A more likely explanation is that the IRGC, which was responsible for Fakhizadeh’s security, failed once again and is trying to excuse themselves by claiming that they were faced with an overwhelming force that nobody could have resisted. The IRGC’s reputation for competence had already been damaged in January this year when an IRGC crew manning an anti-aircraft missile battery shot down a Ukrainian aircraft over Tehran, killing 176 passengers and crew.
This disastrous mistake came in the wake of the assassination of General Qassem Soleimani, the IRGC head of covert operations in much of the Middle East, by a US drone at Baghdad airport on 3 January, another sign that state-sponsored assassinations are becoming an acceptable international practice.

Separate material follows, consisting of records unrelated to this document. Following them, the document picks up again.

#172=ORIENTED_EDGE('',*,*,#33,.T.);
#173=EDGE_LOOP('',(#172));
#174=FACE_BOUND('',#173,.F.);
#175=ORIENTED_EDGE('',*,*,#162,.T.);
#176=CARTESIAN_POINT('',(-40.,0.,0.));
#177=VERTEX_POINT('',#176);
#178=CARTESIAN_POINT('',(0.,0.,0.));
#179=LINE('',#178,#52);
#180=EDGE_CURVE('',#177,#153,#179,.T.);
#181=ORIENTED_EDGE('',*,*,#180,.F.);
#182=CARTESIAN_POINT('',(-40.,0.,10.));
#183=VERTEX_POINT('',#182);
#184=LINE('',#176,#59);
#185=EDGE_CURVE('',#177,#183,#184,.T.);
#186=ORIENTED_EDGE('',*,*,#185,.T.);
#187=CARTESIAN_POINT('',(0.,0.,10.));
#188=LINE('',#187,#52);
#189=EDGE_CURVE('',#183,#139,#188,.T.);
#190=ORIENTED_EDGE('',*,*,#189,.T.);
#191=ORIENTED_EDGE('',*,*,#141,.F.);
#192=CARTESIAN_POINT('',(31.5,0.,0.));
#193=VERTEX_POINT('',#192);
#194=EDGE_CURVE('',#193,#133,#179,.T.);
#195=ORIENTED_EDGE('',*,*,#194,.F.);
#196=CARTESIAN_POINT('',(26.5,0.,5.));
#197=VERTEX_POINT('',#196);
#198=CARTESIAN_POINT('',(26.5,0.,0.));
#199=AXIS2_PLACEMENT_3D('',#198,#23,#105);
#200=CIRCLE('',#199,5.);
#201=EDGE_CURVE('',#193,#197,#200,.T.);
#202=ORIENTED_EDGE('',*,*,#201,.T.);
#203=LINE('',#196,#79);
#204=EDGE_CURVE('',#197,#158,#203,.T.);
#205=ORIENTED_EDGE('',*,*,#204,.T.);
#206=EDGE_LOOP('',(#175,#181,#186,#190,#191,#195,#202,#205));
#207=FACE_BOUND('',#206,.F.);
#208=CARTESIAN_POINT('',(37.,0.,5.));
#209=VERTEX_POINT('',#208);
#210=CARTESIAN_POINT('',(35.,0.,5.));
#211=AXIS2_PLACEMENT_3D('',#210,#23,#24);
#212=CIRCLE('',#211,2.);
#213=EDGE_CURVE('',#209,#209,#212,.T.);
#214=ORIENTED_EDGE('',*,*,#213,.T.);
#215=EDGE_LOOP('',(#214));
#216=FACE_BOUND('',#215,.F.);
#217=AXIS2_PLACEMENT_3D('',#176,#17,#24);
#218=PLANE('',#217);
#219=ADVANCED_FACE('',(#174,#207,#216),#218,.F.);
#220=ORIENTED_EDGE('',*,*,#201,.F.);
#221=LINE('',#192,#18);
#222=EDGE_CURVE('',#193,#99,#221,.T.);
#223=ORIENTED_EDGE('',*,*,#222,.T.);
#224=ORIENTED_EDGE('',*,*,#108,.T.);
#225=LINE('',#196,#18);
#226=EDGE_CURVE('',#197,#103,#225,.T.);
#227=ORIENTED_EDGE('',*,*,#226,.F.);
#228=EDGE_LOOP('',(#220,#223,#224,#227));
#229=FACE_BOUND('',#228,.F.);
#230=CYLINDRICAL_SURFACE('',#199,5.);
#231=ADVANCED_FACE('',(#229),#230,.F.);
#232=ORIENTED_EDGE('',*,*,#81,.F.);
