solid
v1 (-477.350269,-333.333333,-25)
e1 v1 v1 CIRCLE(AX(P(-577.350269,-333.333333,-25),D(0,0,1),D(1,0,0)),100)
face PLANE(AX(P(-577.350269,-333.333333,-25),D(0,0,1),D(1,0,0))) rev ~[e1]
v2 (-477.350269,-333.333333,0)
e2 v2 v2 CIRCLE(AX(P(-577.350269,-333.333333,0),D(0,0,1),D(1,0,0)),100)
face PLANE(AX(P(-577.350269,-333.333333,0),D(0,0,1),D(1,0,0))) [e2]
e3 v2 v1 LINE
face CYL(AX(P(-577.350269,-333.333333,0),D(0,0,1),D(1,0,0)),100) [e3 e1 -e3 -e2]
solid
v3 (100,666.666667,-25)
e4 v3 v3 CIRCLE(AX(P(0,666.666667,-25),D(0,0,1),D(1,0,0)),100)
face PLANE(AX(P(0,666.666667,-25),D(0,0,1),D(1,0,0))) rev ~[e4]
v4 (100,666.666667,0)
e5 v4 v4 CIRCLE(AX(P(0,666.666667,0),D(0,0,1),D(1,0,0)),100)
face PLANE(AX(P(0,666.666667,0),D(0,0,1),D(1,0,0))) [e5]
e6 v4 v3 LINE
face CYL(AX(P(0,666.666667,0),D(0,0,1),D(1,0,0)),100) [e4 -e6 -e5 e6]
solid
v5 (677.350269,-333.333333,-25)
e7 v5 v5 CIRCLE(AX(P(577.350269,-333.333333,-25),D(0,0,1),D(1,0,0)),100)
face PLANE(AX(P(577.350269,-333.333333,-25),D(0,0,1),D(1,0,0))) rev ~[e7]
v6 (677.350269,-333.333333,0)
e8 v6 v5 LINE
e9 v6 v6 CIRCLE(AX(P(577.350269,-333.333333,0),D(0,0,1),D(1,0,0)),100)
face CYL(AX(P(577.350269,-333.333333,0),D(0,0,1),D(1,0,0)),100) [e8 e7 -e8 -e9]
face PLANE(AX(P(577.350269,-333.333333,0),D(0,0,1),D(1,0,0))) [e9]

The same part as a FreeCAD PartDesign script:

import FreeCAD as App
import Part
import Sketcher

V = App.Vector

doc = App.newDocument("Part")
body = doc.addObject("PartDesign::Body", "Body")
body.AllowCompound = True

# Sketch on XY plane
sketch1 = body.newObject("Sketcher::SketchObject", "Sketch")
sketch1.AttachmentSupport = (doc.getObject("XY_Plane"), [""])
sketch1.MapMode = "FlatFace"
sketch1.addGeometry([
    Part.Circle(V(0, 666.666667, 0), V(0, 0, 1), 100),
    Part.Circle(V(-577.350269, -333.333333, 0), V(0, 0, 1), 100),
    Part.Circle(V(577.350269, -333.333333, 0), V(0, 0, 1), 100),
], False)
sketch1.addConstraint([
    Sketcher.Constraint("Equal", 0, 1),
    Sketcher.Constraint("Equal", 1, 2),
    Sketcher.Constraint("Symmetric", 1, 3, 2, 3, -2),
    Sketcher.Constraint("PointOnObject", 0, 3, -2),
    Sketcher.Constraint("Diameter", 0, 200.0),
    Sketcher.Constraint("DistanceY", 1, 3, 0, 3, 1000.0),
    Sketcher.Constraint("DistanceX", 1, 3, -1, 1, 577.350269),
    Sketcher.Constraint("DistanceY", -1, 1, 0, 3, 666.666667),
])
pad1 = body.newObject("PartDesign::Pad", "Pad")
pad1.Profile = sketch1
pad1.Length = 25
pad1.Reversed = True

doc.recompute()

How will this all play out in terms of future US relations with Iran? The Joint Comprehensive Plan of Action (JCPOA), Obama’s nuclear deal with Iran, was his chief diplomatic achievement. Withdrawing from it in 2018 and seeking to extract better terms from Iran through sanctions amounting to an economic siege, was the most important initiative by Trump in the Middle East.
Economic warfare like this did a lot of damage to Iran but it did not succeed in forcing it to negotiate and it was never likely to do so since Trump’s strategy, if anything so incoherent deserves that name, was to force surrender or regime change on Iran.
Biden says he wants to return to the JCPOA, but only if Iran is compliant, too. There is plenty of room here for disagreement about what exactly compliance entails and a return to the old agreement will be resisted by Israeli, Saudi Arabia and its anti-Iranian Arab allies, and much of the foreign policy establishment in Washington.
Iranian enthusiasm for the 2015 agreement has also ebbed since they discovered that it did not in practice end economic sanctions. They have since found that these can to some degree be circumvented by secretly selling oil at a discounted price.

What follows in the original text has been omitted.